Penat dari riuh Kota Jakarta seakan lenyap sesaat mata dimanjakan dengan pemandangan salah satu desa di Sumatera Barat. Sigiran diceritakan sebagai desa yang dipenuhi dengan budi daya hewan laut. Dipenuhi juga dengan pemandangan danau dan tumpukan perahu sederhana untuk mata pencaharian warga sehari-hari.

Premisnya sederhana, tetapi menarik. Soal mimpi suatu warga atas pembangunan desanya lewat hadiah sayembara. Harapan Angku Wan (Musra Dahrizal Katik Rajo Mangkuto) ingin diteruskan oleh tetangga terdekatnya dengan berbagai cara walau mengundang dilema soal kejujuran. Kita tidak benar-benar diberi tahu mengapa cita-cita Angku Wan begitu berarti untuk dirinya semasa hidup, hanya digambarkan lewat upayanya membuat sketsa sederhana dalam buku tulis. 

Namun yang pasti, kedekatan, solidaritas, dan kekeluargaan antarwarga menunjukkan pengorbanan atas keputusasaan serta memunculkan rasa haru. Bagai tidak ada lagi jalan keluar untuk menyelesaikan masalah mereka karena mata pencaharian yang sering kali dihalang alam.

Baca Juga: ‘Elemental: Forces of Nature’, Hidup Merantau dan Galaunya Cinta Beda Elemen

Kemunculan belerang setiap 15 tahun sekali ke permukaan laut, sebagaimana diceritakan, memberikan duka dan derita bagi penduduk sekitar Danau Maninjau. Ikan-ikan mati dan warga terdampak secara finansial kurang lebih satu tahun. Maka dari itu, mimpi untuk memberdayakan dan memajukan desa menjadi alasan kuat warga Sigiran ingin melanjutkan apa yang diperjuangkan Angku Wan.
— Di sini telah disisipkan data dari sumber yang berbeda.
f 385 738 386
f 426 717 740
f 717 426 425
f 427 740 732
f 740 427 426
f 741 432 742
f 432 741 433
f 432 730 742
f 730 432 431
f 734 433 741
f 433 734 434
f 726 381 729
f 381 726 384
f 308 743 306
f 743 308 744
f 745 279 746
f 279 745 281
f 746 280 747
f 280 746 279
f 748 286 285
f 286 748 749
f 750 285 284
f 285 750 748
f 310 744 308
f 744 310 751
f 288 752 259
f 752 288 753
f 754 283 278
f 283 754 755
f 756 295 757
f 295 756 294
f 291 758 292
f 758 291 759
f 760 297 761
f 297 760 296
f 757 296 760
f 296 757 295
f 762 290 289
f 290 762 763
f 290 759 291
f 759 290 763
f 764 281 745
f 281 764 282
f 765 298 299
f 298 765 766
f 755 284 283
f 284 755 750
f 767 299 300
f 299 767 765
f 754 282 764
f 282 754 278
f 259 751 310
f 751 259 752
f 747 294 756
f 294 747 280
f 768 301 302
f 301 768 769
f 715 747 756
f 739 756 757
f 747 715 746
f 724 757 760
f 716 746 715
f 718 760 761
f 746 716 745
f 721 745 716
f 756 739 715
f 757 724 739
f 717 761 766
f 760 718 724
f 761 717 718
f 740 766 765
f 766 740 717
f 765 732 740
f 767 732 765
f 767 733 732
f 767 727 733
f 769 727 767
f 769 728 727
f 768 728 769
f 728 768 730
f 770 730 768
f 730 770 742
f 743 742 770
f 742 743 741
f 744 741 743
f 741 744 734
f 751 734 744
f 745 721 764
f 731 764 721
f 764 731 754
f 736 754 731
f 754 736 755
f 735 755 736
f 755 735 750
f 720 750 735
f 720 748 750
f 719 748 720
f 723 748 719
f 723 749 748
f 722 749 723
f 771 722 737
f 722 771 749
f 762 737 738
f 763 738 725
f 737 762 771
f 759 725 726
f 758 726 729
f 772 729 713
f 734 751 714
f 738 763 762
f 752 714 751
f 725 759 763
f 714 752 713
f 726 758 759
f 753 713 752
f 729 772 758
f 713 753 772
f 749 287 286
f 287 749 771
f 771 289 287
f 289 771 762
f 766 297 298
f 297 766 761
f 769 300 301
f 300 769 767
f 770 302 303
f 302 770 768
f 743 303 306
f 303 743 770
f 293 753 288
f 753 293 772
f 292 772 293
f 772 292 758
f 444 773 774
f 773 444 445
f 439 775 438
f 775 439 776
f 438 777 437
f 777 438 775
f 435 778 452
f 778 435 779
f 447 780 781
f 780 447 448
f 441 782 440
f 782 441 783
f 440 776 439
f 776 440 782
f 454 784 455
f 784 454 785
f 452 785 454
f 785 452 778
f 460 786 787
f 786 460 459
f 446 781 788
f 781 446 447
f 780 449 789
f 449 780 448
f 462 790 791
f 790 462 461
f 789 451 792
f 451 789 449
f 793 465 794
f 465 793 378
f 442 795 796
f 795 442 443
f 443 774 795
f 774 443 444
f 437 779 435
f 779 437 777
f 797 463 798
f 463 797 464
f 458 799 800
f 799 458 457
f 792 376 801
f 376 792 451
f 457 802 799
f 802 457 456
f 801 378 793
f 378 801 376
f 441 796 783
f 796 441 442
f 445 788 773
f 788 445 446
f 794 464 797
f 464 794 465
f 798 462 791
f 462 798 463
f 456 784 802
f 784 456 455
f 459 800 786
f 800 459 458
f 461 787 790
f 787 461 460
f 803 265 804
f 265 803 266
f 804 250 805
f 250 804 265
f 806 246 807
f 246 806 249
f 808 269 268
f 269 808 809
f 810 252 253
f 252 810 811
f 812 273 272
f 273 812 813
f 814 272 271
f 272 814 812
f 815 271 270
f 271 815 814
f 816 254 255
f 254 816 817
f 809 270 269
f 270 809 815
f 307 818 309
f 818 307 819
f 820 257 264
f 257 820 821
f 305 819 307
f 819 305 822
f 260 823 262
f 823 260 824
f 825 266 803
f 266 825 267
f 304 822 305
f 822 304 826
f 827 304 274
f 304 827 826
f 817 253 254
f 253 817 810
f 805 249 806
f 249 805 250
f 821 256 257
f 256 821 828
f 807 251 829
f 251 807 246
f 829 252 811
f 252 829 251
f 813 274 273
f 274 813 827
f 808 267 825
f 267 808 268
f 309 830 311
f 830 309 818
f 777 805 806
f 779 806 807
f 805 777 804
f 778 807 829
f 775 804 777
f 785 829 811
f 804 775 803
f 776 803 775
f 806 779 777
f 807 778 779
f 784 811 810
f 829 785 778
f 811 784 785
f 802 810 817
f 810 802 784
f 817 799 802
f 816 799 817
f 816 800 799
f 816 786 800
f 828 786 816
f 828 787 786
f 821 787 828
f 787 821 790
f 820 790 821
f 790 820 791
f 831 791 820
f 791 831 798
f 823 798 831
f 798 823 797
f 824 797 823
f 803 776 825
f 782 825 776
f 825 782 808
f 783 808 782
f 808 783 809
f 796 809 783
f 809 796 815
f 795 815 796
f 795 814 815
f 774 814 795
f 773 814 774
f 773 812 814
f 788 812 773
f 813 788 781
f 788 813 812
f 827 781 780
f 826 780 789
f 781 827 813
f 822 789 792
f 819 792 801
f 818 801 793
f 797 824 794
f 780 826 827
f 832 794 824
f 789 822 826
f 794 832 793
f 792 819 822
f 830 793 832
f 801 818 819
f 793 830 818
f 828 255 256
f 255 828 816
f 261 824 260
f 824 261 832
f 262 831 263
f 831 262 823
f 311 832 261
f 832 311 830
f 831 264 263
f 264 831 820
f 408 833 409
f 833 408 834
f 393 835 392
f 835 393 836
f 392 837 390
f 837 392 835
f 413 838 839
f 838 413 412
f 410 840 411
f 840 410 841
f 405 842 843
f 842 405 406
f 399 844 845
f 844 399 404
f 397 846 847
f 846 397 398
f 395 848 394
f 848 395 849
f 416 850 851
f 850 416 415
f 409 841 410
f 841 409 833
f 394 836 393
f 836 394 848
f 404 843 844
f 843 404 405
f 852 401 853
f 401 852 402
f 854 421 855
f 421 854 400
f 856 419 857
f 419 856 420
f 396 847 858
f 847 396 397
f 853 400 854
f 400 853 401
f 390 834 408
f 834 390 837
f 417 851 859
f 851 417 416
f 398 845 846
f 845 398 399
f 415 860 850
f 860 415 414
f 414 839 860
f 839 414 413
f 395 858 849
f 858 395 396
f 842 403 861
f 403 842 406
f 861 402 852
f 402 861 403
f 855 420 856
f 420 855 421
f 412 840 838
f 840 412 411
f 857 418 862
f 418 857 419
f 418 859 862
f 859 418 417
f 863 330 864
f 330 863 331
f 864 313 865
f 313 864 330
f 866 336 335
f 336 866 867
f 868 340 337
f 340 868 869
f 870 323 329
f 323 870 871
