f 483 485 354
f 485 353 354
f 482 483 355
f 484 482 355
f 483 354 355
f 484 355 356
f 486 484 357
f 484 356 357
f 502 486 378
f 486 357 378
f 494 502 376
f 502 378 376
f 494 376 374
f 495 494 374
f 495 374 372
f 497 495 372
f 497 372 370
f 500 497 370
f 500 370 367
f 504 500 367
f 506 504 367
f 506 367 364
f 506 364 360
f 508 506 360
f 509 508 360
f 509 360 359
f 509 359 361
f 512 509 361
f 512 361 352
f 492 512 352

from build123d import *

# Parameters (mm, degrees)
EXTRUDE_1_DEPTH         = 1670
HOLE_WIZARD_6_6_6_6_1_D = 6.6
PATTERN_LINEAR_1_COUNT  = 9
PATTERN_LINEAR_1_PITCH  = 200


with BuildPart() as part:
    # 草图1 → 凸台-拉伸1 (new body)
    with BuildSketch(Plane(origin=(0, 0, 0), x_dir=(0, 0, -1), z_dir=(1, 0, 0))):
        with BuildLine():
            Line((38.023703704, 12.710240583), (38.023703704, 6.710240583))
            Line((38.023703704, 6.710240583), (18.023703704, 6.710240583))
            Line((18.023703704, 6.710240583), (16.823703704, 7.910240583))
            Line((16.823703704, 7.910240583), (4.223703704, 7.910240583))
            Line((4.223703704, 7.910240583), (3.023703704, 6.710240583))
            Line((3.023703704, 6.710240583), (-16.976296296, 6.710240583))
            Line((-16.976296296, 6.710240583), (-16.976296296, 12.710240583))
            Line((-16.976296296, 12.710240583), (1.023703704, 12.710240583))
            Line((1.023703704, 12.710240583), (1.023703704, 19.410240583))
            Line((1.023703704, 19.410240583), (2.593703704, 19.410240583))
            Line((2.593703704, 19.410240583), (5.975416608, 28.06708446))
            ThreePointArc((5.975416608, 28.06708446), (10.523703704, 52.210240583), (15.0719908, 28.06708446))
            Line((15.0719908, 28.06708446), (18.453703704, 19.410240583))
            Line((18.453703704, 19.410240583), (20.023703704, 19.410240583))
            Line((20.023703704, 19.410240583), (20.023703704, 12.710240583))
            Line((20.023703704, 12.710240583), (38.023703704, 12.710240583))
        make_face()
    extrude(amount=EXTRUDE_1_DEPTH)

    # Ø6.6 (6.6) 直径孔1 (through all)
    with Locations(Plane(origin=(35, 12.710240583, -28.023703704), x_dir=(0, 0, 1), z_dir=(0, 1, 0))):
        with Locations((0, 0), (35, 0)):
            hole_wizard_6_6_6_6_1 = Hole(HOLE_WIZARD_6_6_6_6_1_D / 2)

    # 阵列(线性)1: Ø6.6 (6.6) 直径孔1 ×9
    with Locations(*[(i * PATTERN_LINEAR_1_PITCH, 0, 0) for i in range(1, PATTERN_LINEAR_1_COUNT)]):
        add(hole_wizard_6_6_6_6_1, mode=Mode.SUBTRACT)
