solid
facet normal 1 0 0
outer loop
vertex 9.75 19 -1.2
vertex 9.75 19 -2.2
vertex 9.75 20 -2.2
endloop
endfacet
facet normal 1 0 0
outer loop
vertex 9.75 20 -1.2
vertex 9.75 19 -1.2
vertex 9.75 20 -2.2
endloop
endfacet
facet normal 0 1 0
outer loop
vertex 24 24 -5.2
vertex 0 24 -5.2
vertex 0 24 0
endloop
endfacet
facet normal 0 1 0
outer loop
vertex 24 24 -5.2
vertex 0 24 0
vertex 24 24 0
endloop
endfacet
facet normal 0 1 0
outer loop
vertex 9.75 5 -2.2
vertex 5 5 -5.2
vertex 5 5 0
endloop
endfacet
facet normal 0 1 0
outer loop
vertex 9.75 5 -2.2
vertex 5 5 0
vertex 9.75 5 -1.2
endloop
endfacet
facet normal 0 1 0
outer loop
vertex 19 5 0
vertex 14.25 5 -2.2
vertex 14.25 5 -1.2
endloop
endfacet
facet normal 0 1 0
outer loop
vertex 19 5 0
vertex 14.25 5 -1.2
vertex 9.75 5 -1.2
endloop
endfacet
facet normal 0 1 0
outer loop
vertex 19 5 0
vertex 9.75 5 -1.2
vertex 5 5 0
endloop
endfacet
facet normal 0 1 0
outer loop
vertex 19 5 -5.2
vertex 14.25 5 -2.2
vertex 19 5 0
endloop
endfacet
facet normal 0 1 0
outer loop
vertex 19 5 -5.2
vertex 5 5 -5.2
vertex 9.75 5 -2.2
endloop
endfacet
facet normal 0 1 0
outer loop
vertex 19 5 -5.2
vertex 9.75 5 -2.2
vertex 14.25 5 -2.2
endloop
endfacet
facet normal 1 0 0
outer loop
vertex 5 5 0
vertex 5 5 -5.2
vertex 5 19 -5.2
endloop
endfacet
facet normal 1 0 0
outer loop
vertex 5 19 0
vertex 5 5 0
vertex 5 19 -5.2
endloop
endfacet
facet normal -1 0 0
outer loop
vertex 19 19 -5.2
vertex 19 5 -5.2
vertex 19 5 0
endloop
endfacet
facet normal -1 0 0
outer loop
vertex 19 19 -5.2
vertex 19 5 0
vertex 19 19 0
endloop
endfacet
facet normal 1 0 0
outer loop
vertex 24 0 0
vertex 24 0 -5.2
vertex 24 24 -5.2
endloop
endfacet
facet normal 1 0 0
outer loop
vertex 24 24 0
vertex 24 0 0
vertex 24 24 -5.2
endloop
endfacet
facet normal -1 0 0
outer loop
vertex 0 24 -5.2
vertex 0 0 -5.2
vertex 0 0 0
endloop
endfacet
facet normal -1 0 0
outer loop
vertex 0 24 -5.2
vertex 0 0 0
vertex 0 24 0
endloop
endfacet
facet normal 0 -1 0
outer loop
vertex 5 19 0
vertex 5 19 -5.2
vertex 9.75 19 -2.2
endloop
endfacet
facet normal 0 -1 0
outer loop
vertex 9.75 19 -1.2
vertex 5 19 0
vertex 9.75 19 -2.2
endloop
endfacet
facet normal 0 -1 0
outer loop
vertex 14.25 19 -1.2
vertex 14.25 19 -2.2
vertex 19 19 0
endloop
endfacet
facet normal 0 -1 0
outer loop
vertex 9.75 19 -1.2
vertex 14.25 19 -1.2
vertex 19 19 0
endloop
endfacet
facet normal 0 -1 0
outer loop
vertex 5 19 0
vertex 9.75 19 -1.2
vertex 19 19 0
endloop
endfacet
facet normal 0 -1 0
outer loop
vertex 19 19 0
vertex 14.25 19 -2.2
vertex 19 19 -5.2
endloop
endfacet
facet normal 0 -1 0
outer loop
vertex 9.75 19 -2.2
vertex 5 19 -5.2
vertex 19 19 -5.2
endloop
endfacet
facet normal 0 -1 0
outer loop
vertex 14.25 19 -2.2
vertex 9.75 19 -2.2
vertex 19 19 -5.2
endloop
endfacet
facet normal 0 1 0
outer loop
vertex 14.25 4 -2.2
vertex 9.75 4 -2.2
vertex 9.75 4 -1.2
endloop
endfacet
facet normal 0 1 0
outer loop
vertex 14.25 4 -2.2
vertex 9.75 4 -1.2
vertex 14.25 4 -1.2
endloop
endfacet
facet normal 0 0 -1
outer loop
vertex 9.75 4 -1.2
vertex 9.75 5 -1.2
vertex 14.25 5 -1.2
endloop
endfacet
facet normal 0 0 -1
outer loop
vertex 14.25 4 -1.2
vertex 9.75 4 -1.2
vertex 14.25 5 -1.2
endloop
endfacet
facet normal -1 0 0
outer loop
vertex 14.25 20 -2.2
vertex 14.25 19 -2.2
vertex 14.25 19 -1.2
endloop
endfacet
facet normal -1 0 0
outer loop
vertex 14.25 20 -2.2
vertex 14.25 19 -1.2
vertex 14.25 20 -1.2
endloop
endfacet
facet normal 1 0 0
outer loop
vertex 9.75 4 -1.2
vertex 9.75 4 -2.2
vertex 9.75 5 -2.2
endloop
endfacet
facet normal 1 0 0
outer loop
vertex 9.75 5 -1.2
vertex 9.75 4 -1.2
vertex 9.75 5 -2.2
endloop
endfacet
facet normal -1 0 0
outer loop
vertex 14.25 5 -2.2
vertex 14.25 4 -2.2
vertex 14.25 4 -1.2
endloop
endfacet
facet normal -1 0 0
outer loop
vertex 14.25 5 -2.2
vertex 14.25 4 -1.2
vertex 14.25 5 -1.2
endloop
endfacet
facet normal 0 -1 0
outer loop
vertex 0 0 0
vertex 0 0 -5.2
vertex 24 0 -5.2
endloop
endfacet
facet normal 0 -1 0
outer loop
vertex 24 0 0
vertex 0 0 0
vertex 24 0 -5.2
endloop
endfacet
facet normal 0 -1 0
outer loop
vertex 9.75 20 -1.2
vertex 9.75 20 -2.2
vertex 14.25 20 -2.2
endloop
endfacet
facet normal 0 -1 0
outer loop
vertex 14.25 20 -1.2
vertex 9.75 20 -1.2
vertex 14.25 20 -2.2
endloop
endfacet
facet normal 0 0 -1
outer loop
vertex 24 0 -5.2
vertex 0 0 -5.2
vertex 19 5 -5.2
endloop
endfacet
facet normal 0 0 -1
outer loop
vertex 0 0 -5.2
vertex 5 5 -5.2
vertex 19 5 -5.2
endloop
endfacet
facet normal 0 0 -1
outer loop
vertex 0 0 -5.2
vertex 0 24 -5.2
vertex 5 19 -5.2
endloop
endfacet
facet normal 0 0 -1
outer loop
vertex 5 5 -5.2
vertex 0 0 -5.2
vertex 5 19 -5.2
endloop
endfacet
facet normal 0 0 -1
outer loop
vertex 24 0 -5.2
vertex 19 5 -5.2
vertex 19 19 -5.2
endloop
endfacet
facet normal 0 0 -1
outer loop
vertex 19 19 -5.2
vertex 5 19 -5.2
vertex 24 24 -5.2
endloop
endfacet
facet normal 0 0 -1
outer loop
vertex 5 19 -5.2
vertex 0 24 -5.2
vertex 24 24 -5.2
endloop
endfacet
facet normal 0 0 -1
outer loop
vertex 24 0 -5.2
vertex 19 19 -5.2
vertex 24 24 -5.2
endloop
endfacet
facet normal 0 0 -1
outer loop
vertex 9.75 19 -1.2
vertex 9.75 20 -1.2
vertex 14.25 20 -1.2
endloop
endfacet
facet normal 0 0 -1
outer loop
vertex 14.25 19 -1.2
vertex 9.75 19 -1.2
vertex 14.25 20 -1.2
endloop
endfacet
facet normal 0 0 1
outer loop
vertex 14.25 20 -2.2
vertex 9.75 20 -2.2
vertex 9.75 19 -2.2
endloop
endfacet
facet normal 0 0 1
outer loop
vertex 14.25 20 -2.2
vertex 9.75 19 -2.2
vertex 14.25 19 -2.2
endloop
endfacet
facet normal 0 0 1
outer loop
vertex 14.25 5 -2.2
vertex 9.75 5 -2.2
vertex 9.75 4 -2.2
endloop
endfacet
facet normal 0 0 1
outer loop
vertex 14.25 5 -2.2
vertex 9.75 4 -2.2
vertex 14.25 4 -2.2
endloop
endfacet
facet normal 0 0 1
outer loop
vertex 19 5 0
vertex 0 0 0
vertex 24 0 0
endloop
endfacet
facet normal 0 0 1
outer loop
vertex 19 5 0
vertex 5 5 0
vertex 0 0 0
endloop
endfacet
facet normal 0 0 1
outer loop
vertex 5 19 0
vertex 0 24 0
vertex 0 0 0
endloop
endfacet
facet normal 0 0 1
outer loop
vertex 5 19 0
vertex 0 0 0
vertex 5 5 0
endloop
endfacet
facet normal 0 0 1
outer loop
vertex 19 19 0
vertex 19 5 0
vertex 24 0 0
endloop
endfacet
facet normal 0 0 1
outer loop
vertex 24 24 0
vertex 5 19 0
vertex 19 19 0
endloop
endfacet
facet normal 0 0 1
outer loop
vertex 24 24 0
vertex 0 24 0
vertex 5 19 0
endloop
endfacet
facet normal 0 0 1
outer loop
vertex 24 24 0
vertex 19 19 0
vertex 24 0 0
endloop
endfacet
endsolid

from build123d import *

# Parameters (mm, degrees)
BOX021_W     = 4.5
BOX021_H     = 1
BOX021_DEPTH = 1
BOX020_W     = 4.5
BOX020_H     = 1
BOX020_DEPTH = 1
BOX019_W     = 14
BOX019_H     = 14
BOX019_DEPTH = 5.2
BOX018_W     = 24
BOX018_H     = 24
BOX018_DEPTH = 5.2


with BuildPart() as slot_top001:
    # Box021 → Box021 (new body)
    with BuildSketch(Plane(origin=(9.75, 19, -2.2), x_dir=(1, 0, 0), z_dir=(0, 0, 1))):
        with Locations((2.25, 0.5)):
            Rectangle(BOX021_W, BOX021_H)
    extrude(amount=BOX021_DEPTH)


with BuildPart() as slot_bottom001:
    # Box020 → Box020 (new body)
    with BuildSketch(Plane(origin=(9.75, 4, -2.2), x_dir=(1, 0, 0), z_dir=(0, 0, 1))):
        with Locations((2.25, 0.5)):
            Rectangle(BOX020_W, BOX020_H)
    extrude(amount=BOX020_DEPTH)


with BuildPart() as cutout001:
    # Box019 → Box019 (new body)
    with BuildSketch(Plane(origin=(5, 5, 0), x_dir=(1, 0, 0), z_dir=(0, 0, 1))):
        with Locations((7, 7)):
            Rectangle(BOX019_W, BOX019_H)
    extrude(amount=BOX019_DEPTH)


with BuildPart() as cut009:
    # Box018 → Box018 (new body)
    with BuildSketch(Plane.XY):
        with Locations((12, 12)):
            Rectangle(BOX018_W, BOX018_H)
    extrude(amount=BOX018_DEPTH)

    # Cut007: cut CutOut001
    add(cutout001.part, mode=Mode.SUBTRACT)


with BuildPart() as cut009_1:
    # Cut007 placement: moved
    add(cut009.part.moved(Location((0, 0, -5.2))))

    # Cut008: cut slot_bottom001
    add(slot_bottom001.part, mode=Mode.SUBTRACT)

    # Cut009: cut slot_top001
    add(slot_top001.part, mode=Mode.SUBTRACT)


solid = cut009_1.part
Isu ini juga ternyata mencerminkan apa yang dialami penduduk sekitar danau pada realitasnya. Baru-baru ini, ribuan ikan mati karena perubahan cuaca yang menyebabkan endapan belerang naik ke permukaan. Bencana yang begitu merugikan ini tidak terjadi belasan tahun sekali seperti yang diceritakan, tetapi dapat terjadi dalam rentang waktu yang cepat. 

Namun, apa yang benar-benar melatarbelakangi Angku Wan lebih memilih tinggal di desanya, ketimbang merantau ke kota besar? Kekeraskepalaan dalam dirinya sampai akhir barangkali yang jadi alasan mengapa istrinya lebih memilih untuk meninggalkannya dengan membawa anak. Kegigihan Angku Wan untuk memenangkan sayembara selama bertahun-tahun juga menunjukkan rasa cintanya dan kepemilikan terhadap desa yang ditempatinya itu.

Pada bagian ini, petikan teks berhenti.